# Underrated or Overhated Orchestras



## mahlernerd (Jan 19, 2020)

There are Orchestras, like the Concertgebouw, and the Berlin Phil, that are often considered some of the best in the world. Sometimes, there are orchestras like these that overshadow other orchestras that many consider just as good. What orchestras do you think deserve more love than they get?


----------



## mbhaub (Dec 2, 2016)

Those 2nd Tier groups than can play extremely well, put on wonderful concerts, leave you fully satisfied. They may not play with the precision and power of the famous groups, but with the right conductor - wow! A list of some of my favorite American orchestras that are just fine:

1. Oregon Symphony
2. Seattle
3. Utah
4. Des Moines
5. Tucson
6. Grand Rapids
7. Milwaukee
8. Louisiana Philharmonic
9. Nashville
10. Cincinnati
11. Columbus Ohio
12. Fort Worth Texas
13. San Antonio Texas
14. San Diego
15. Indianapolis

and several others. The skill level of music school graduates today is stunning.

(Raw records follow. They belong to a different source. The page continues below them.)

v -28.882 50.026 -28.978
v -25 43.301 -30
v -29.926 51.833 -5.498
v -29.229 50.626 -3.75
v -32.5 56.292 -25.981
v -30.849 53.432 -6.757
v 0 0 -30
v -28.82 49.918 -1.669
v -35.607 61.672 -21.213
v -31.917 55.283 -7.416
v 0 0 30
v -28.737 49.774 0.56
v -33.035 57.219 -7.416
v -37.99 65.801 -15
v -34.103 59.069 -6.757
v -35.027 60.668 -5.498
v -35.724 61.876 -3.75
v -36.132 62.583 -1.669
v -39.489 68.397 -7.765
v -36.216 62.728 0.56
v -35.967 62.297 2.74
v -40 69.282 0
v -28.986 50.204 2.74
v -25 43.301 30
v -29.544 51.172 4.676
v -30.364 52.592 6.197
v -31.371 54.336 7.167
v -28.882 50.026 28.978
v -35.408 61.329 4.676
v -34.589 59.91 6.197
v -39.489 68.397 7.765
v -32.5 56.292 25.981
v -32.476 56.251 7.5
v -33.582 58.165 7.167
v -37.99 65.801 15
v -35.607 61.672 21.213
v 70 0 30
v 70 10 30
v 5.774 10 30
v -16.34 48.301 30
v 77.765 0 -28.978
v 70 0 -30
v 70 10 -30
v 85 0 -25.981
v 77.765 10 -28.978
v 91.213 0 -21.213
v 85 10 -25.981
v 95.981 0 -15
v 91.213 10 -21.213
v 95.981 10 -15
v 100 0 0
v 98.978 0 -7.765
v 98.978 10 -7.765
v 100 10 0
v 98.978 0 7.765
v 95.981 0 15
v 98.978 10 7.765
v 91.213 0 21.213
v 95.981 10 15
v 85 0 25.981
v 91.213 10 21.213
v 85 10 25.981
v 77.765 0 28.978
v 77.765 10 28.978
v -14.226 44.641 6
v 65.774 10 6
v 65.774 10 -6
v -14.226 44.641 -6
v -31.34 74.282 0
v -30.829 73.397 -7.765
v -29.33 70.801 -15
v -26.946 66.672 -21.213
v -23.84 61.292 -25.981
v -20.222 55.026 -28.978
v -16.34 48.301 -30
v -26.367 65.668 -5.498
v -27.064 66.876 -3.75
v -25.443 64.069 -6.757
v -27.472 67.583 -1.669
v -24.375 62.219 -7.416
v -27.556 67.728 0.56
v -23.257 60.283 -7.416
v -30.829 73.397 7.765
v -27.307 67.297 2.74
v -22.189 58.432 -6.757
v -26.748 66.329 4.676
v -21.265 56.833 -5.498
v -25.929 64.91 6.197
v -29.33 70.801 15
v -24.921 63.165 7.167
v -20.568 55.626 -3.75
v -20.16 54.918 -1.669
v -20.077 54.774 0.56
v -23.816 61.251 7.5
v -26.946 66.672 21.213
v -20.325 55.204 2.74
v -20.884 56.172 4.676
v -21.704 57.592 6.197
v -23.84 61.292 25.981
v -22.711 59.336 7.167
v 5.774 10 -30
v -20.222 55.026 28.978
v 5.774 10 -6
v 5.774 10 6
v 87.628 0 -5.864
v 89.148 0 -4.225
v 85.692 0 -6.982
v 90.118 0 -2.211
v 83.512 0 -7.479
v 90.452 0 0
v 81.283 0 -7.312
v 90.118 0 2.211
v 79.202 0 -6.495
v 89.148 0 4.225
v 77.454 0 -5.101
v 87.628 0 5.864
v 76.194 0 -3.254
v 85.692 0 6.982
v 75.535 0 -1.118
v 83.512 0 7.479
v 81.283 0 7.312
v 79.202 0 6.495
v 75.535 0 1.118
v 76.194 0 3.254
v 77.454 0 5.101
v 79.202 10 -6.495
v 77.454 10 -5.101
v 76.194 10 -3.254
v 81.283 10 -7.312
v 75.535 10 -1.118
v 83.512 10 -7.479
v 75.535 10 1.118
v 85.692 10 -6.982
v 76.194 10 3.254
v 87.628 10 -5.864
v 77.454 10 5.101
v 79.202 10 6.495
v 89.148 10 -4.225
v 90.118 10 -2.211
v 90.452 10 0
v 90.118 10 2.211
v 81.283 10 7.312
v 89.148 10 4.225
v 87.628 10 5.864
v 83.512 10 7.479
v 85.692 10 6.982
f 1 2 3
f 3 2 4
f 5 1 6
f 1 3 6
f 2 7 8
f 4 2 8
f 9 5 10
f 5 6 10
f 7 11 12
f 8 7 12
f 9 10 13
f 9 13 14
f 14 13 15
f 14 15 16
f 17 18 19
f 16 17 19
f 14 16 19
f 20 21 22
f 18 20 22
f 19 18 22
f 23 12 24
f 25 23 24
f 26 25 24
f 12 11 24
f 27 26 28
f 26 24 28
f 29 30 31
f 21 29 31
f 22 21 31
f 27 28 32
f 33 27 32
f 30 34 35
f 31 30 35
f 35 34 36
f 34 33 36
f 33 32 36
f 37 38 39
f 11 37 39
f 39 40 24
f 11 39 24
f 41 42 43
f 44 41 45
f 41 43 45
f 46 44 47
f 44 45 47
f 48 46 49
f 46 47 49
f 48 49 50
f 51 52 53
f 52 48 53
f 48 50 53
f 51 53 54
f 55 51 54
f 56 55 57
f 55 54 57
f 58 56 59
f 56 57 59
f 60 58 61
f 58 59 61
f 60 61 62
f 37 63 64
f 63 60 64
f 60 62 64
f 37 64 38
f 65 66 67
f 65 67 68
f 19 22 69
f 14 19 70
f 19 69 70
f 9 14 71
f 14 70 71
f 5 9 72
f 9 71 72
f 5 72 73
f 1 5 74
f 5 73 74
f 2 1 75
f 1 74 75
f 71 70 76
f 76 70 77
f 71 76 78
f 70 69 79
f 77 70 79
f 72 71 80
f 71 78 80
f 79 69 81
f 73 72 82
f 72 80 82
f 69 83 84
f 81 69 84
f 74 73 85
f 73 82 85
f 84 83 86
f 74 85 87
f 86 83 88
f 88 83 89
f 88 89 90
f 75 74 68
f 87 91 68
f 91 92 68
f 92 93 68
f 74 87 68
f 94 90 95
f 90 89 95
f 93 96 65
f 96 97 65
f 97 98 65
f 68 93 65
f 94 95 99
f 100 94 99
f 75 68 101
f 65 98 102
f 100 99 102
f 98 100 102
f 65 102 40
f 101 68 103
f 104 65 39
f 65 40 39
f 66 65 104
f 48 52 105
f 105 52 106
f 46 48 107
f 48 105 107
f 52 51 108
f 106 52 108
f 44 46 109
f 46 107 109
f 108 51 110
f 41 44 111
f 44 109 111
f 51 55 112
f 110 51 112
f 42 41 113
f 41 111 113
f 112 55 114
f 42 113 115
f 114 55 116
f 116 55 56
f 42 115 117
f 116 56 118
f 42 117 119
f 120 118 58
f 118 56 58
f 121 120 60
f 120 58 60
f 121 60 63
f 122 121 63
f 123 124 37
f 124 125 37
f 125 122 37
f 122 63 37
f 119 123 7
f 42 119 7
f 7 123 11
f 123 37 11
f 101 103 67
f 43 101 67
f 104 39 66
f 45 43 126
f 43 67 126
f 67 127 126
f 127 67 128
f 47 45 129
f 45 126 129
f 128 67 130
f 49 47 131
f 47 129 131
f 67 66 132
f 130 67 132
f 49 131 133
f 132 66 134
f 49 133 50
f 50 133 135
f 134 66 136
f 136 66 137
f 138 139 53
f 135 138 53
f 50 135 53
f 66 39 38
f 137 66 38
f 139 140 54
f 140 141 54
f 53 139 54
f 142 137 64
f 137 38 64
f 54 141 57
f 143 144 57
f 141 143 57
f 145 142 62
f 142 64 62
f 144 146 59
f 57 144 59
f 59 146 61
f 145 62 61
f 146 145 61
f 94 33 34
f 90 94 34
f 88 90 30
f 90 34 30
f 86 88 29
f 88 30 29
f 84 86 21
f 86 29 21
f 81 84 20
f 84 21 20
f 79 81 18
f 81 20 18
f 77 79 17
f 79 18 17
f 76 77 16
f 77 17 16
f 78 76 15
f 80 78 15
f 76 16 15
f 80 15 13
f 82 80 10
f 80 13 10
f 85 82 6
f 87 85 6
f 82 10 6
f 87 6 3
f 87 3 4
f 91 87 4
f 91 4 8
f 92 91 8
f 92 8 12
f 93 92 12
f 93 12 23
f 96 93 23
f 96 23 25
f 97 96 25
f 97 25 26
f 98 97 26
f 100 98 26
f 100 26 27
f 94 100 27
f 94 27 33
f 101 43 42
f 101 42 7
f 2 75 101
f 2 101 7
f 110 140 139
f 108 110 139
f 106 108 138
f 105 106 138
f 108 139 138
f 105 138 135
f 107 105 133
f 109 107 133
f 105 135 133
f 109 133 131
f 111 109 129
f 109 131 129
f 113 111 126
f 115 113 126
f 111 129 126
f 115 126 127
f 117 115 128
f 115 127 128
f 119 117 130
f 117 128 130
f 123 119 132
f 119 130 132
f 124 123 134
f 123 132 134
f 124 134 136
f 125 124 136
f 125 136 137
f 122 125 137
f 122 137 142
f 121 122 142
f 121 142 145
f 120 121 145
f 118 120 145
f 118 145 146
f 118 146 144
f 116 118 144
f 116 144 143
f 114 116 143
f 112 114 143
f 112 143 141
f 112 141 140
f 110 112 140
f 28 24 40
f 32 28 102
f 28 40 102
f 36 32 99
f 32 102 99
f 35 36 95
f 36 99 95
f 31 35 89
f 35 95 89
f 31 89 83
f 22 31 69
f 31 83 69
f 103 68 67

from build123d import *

# Parameters (mm, degrees)
BOSS_EXTRUDE1_DEPTH = 30
CUT_EXTRUDE1_DEPTH  = 60
CUT_EXTRUDE2_DEPTH  = 60
BOSS_EXTRUDE2_DEPTH = 6
SKETCH6_R           = 7.5
CUT_EXTRUDE3_DEPTH  = 12
SKETCH7_R           = 7.5
CUT_EXTRUDE4_DEPTH  = 12


with BuildPart() as part:
    # Sketch2 → Boss-Extrude1 (new body, symmetric)
    with BuildSketch(Plane.XY):
        Polygon((100, 0), (0, 0), (-40, 69.282032303), (-31.339745962, 74.282032303), (5.773502692, 10), (100, 10), align=None)
    extrude(amount=BOSS_EXTRUDE1_DEPTH, both=True)

    # Sketch3 → Cut-Extrude1 (cut)
    with BuildSketch(Plane(origin=(0, 10, 0), x_dir=(1, 0, 0), z_dir=(0, 1, 0))):
        with BuildLine():
            ThreePointArc((70, 30), (91.213203452, 21.213203419), (100, -4.6e-08))
            Line((100, -4.6e-08), (100, 30))
            Line((100, 30), (70, 30))
        make_face()
        with BuildLine():
            Line((70, -30), (100, -30))
            Line((100, -30), (100, -4.6e-08))
            ThreePointArc((100, -4.6e-08), (91.213203419, -21.213203452), (70, -30))
        make_face()
    extrude(amount=-CUT_EXTRUDE1_DEPTH, mode=Mode.SUBTRACT)

    # Sketch4 → Cut-Extrude2 (cut)
    with BuildSketch(Plane(origin=(8.660254038, 5, 0), x_dir=(0, 0, -1), z_dir=(0.866025404, 0.5, 0))):
        with BuildLine():
            ThreePointArc((-30, 50), (-21.213203436, 71.213203436), (0, 80))
            Line((0, 80), (-30, 80))
            Line((-30, 80), (-30, 50))
        make_face()
        with BuildLine():
            ThreePointArc((0, 80), (21.213203436, 71.213203436), (30, 50))
            Line((30, 50), (30, 80))
            Line((30, 80), (0, 80))
        make_face()
    extrude(amount=-CUT_EXTRUDE2_DEPTH, mode=Mode.SUBTRACT)

    # Sketch5 → Boss-Extrude2 (add, symmetric)
    with BuildSketch(Plane.XY):
        Polygon((5.773502692, 10), (65.773502692, 10), (-14.226497308, 44.641016151), align=None)
    extrude(amount=BOSS_EXTRUDE2_DEPTH, both=True)

    # Sketch6 → Cut-Extrude3 (cut)
    with BuildSketch(Plane(origin=(0, 10, 0), x_dir=(1, 0, 0), z_dir=(0, 1, 0))):
        with Locations((82.951530003, 0)):
            Circle(SKETCH6_R)
    extrude(amount=-CUT_EXTRUDE3_DEPTH, mode=Mode.SUBTRACT)

    # Sketch7 → Cut-Extrude4 (cut)
    with BuildSketch(Plane(origin=(0, 0, 0), x_dir=(0, 0, 1), z_dir=(-0.866025404, -0.5, 0))):
        with Locations((0, 64.952644295)):
            Circle(SKETCH7_R)
    extrude(amount=-CUT_EXTRUDE4_DEPTH, mode=Mode.SUBTRACT)


solid = part.part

There's definitely a shortage of top conducting talent, and the music directors of some of these orchestras are the mds of more than one.


----------



## Art Rock (Nov 28, 2009)

What's with all the typo's in thread titles lately? Although this is a beauty.


----------



## amfortas (Jun 15, 2011)

Art Rock said:


> What's with all the typo's in thread titles lately? Although this is a beauty.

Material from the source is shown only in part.